Pan Cheng, Luo Hao, Cheung Gary, Zhou Huiquan, Cheng Reynold, Cullum Sarah, Wu Chuan
Department of Computer Science, The University of Hong Kong, Hong Kong, China (Hong Kong).
Department of Social Work and Social Administration, The University of Hong Kong, Hong Kong, China (Hong Kong).
JMIR AI. 2024 Jan 31;3:e44185. doi: 10.2196/44185.
Machine learning techniques are starting to be used in various health care data sets to identify frail persons who may benefit from interventions. However, evidence about the performance of machine learning techniques compared to conventional regression is mixed. It is also unclear what methodological and database factors are associated with performance.
This study aimed to compare the mortality prediction accuracy of various machine learning classifiers for identifying frail older adults in different scenarios.

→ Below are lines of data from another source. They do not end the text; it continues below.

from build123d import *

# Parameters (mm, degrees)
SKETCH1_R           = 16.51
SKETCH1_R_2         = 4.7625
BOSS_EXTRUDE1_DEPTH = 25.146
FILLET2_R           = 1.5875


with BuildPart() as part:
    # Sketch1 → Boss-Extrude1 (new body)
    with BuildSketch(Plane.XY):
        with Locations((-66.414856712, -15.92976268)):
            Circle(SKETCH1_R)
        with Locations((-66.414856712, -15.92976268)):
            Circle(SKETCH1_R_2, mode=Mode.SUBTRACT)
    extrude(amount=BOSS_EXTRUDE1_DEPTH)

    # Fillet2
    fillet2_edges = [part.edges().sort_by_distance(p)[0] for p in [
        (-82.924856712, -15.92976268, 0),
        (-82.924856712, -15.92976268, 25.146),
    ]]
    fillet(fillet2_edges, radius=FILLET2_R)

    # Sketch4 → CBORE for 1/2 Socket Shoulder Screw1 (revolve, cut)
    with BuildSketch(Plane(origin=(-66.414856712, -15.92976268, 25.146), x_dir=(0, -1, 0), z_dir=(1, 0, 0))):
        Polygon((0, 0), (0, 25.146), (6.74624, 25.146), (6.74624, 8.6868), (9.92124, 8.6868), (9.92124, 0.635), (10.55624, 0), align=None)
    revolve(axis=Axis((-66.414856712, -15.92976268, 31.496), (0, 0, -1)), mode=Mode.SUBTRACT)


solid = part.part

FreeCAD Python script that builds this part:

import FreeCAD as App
import Part
import Sketcher

V = App.Vector
Q = App.Units.Quantity


def edges_at(feature, points):
    """Names of the edges that pass closest to the given points."""
    edges = feature.Shape.Edges
    near = lambda p: min(range(len(edges)), key=lambda i: edges[i].distToShape(Part.Vertex(*p))[0])
    return sorted({f"Edge{near(p) + 1}" for p in points})

doc = App.newDocument("Part")
body = doc.addObject("PartDesign::Body", "Body")

sketch1 = body.newObject("Sketcher::SketchObject", "Sketch")
sketch1.AttachmentSupport = (doc.getObject("XY_Plane"), [""])
sketch1.MapMode = "FlatFace"
sketch1.addGeometry([
    Part.Circle(V(-66.4, -15.9, 0), V(0, 0, 1), 16.5),
    Part.Circle(V(-66.4, -15.9, 0), V(0, 0, 1), 4.8),
], False)
sketch1.addConstraint([
    Sketcher.Constraint("Coincident", 1, 3, 0, 3),
    Sketcher.Constraint("Diameter", 0, Q("1.3 in")),
    Sketcher.Constraint("Diameter", 1, Q("0.375 in")),
    Sketcher.Constraint("DistanceX", 0, 3, -1, 1, Q("66.414857 mm")),
    Sketcher.Constraint("DistanceY", 0, 3, -1, 1, Q("15.929763 mm")),
])
pad1 = body.newObject("PartDesign::Pad", "Pad")
pad1.Profile = sketch1
pad1.Length = Q("0.99 in")
doc.recompute()

fillet = body.newObject("PartDesign::Fillet", "Fillet")
fillet.Base = (pad1, edges_at(pad1, [(-82.925, -15.93, 0), (-82.925, -15.93, 25.146)]))
fillet.Radius = Q("0.0625 in")

sketch2 = body.newObject("Sketcher::SketchObject", "Sketch001")
sketch2.AttachmentSupport = (doc.getObject("YZ_Plane"), [""])
sketch2.MapMode = "FlatFace"
sketch2.AttachmentOffset = App.Placement(V(0, 0, -66.414857), App.Rotation())
sketch2.addGeometry([
    Part.LineSegment(V(-15.9, 0, 0), V(-15.9, 25.1, 0)),
    Part.LineSegment(V(-15.9, 25.1, 0), V(-26.5, 25.1, 0)),
    Part.LineSegment(V(-26.5, 25.1, 0), V(-25.9, 24.5, 0)),
    Part.LineSegment(V(-25.9, 24.5, 0), V(-25.9, 16.5, 0)),
    Part.LineSegment(V(-25.9, 16.5, 0), V(-22.7, 16.5, 0)),
    Part.LineSegment(V(-22.7, 16.5, 0), V(-22.7, 0, 0)),
    Part.LineSegment(V(-22.7, 0, 0), V(-15.9, 0, 0)),
], False)
sketch2.addGeometry(Part.LineSegment(V(-15.9, 25.1, 0), V(-15.9, 0, 0)), True)
sketch2.addConstraint([
    Sketcher.Constraint("Coincident", 0, 2, 1, 1),
    Sketcher.Constraint("Coincident", 1, 2, 2, 1),
    Sketcher.Constraint("Coincident", 2, 2, 3, 1),
    Sketcher.Constraint("Coincident", 3, 2, 4, 1),
    Sketcher.Constraint("Coincident", 4, 2, 5, 1),
    Sketcher.Constraint("Coincident", 5, 2, 6, 1),
    Sketcher.Constraint("Coincident", 6, 2, 0, 1),
    Sketcher.Constraint("Vertical", 0),
    Sketcher.Constraint("Horizontal", 1),
    Sketcher.Constraint("Vertical", 3),
    Sketcher.Constraint("Horizontal", 4),
    Sketcher.Constraint("Vertical", 5),
    Sketcher.Constraint("Horizontal", 6),
    Sketcher.Constraint("Vertical", 7),
    Sketcher.Constraint("Coincident", 7, 1, 0, 2),
    Sketcher.Constraint("PointOnObject", 5, 2, -1),
    Sketcher.Constraint("PointOnObject", 7, 2, -1),
    Sketcher.Constraint("Angle", 2, Q("-45 deg")),
    Sketcher.Constraint("DistanceY", 0, 1, 0, 2, Q("0.99 in")),
    Sketcher.Constraint("DistanceX", 4, 1, 4, 2, Q("0.125 in")),
    Sketcher.Constraint("DistanceY", 3, 2, 3, 1, Q("0.317 in")),
    Sketcher.Constraint("DistanceY", 5, 2, 5, 1, Q("0.648 in")),
    Sketcher.Constraint("DistanceX", 1, 2, 1, 1, Q("0.4156 in")),
    Sketcher.Constraint("DistanceX", 0, 2, -1, 1, Q("15.929763 mm")),
])
groove = body.newObject("PartDesign::Groove", "Groove")
groove.Profile = sketch2
groove.ReferenceAxis = (sketch2, ["Axis0"])
groove.Angle = 360

doc.recompute()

We used deidentified data collected from older adults (65 years of age and older) assessed with interRAI-Home Care instrument in New Zealand between January 1, 2012, and December 31, 2016. A total of 138 interRAI assessment items were used to predict 6-month and 12-month mortality, using 3 machine learning classifiers (random forest [RF], extreme gradient boosting [XGBoost], and multilayer perceptron [MLP]) and regularized logistic regression. We conducted a simulation study comparing the performance of machine learning models with logistic regression and interRAI Home Care Frailty Scale and examined the effects of sample sizes, the number of features, and train-test split ratios.
A total of 95,042 older adults (median age 82.66 years, IQR 77.92-88.76; n=37,462, 39.42% male) receiving home care were analyzed. The average area under the curve (AUC) and sensitivities of 6-month mortality prediction showed that machine learning classifiers did not outperform regularized logistic regressions. In terms of AUC, regularized logistic regression had better performance than XGBoost, MLP, and RF when the number of features was ≤80 and the sample size ≤16,000; MLP outperformed regularized logistic regression in terms of sensitivities when the number of features was ≥40 and the sample size ≥4000. Conversely, RF and XGBoost demonstrated higher specificities than regularized logistic regression in all scenarios.
The study revealed that machine learning models exhibited significant variation in prediction performance when evaluated using different metrics. Regularized logistic regression was an effective model for identifying frail older adults receiving home care, as indicated by the AUC, particularly when the number of features and sample sizes were not excessively large. Conversely, MLP displayed superior sensitivity, while RF exhibited superior specificity when the number of features and sample sizes were large.
机器学习技术开始应用于各种医疗保健数据集,以识别可能从干预措施中受益的体弱人群。然而,与传统回归相比,机器学习技术性能的证据好坏参半。目前也不清楚哪些方法学和数据库因素与性能相关。
本研究旨在比较各种机器学习分类器在不同场景下识别体弱老年人的死亡率预测准确性。
我们使用了2012年1月1日至2016年12月31日期间在新西兰使用interRAI家庭护理工具对老年人(65岁及以上)进行评估时收集的去识别化数据。总共138个interRAI评估项目用于预测6个月和12个月的死亡率,使用3种机器学习分类器(随机森林[RF]、极端梯度提升[XGBoost]和多层感知器[MLP])以及正则化逻辑回归。我们进行了一项模拟研究,比较机器学习模型与逻辑回归以及interRAI家庭护理体弱量表的性能,并研究样本量、特征数量和训练-测试分割比例的影响。
共分析了95,042名接受家庭护理的老年人(中位年龄82.66岁,IQR 77.92-88.76;n = 37,462,男性占39.42%)。6个月死亡率预测的曲线下平均面积(AUC)和敏感性表明,机器学习分类器的表现并不优于正则化逻辑回归。在AUC方面,当特征数量≤80且样本量≤16,000时,正则化逻辑回归的性能优于XGBoost、MLP和RF;当特征数量≥40且样本量≥4000时,MLP在敏感性方面优于正则化逻辑回归。相反,在所有场景中,RF和XGBoost的特异性均高于正则化逻辑回归。
该研究表明,使用不同指标评估时,机器学习模型的预测性能存在显著差异。正则化逻辑回归是识别接受家庭护理的体弱老年人的有效模型,AUC表明了这一点,特别是当特征数量和样本量不过大时。相反,当特征数量和样本量较大时,MLP表现出更高的敏感性,而RF表现出更高的特异性。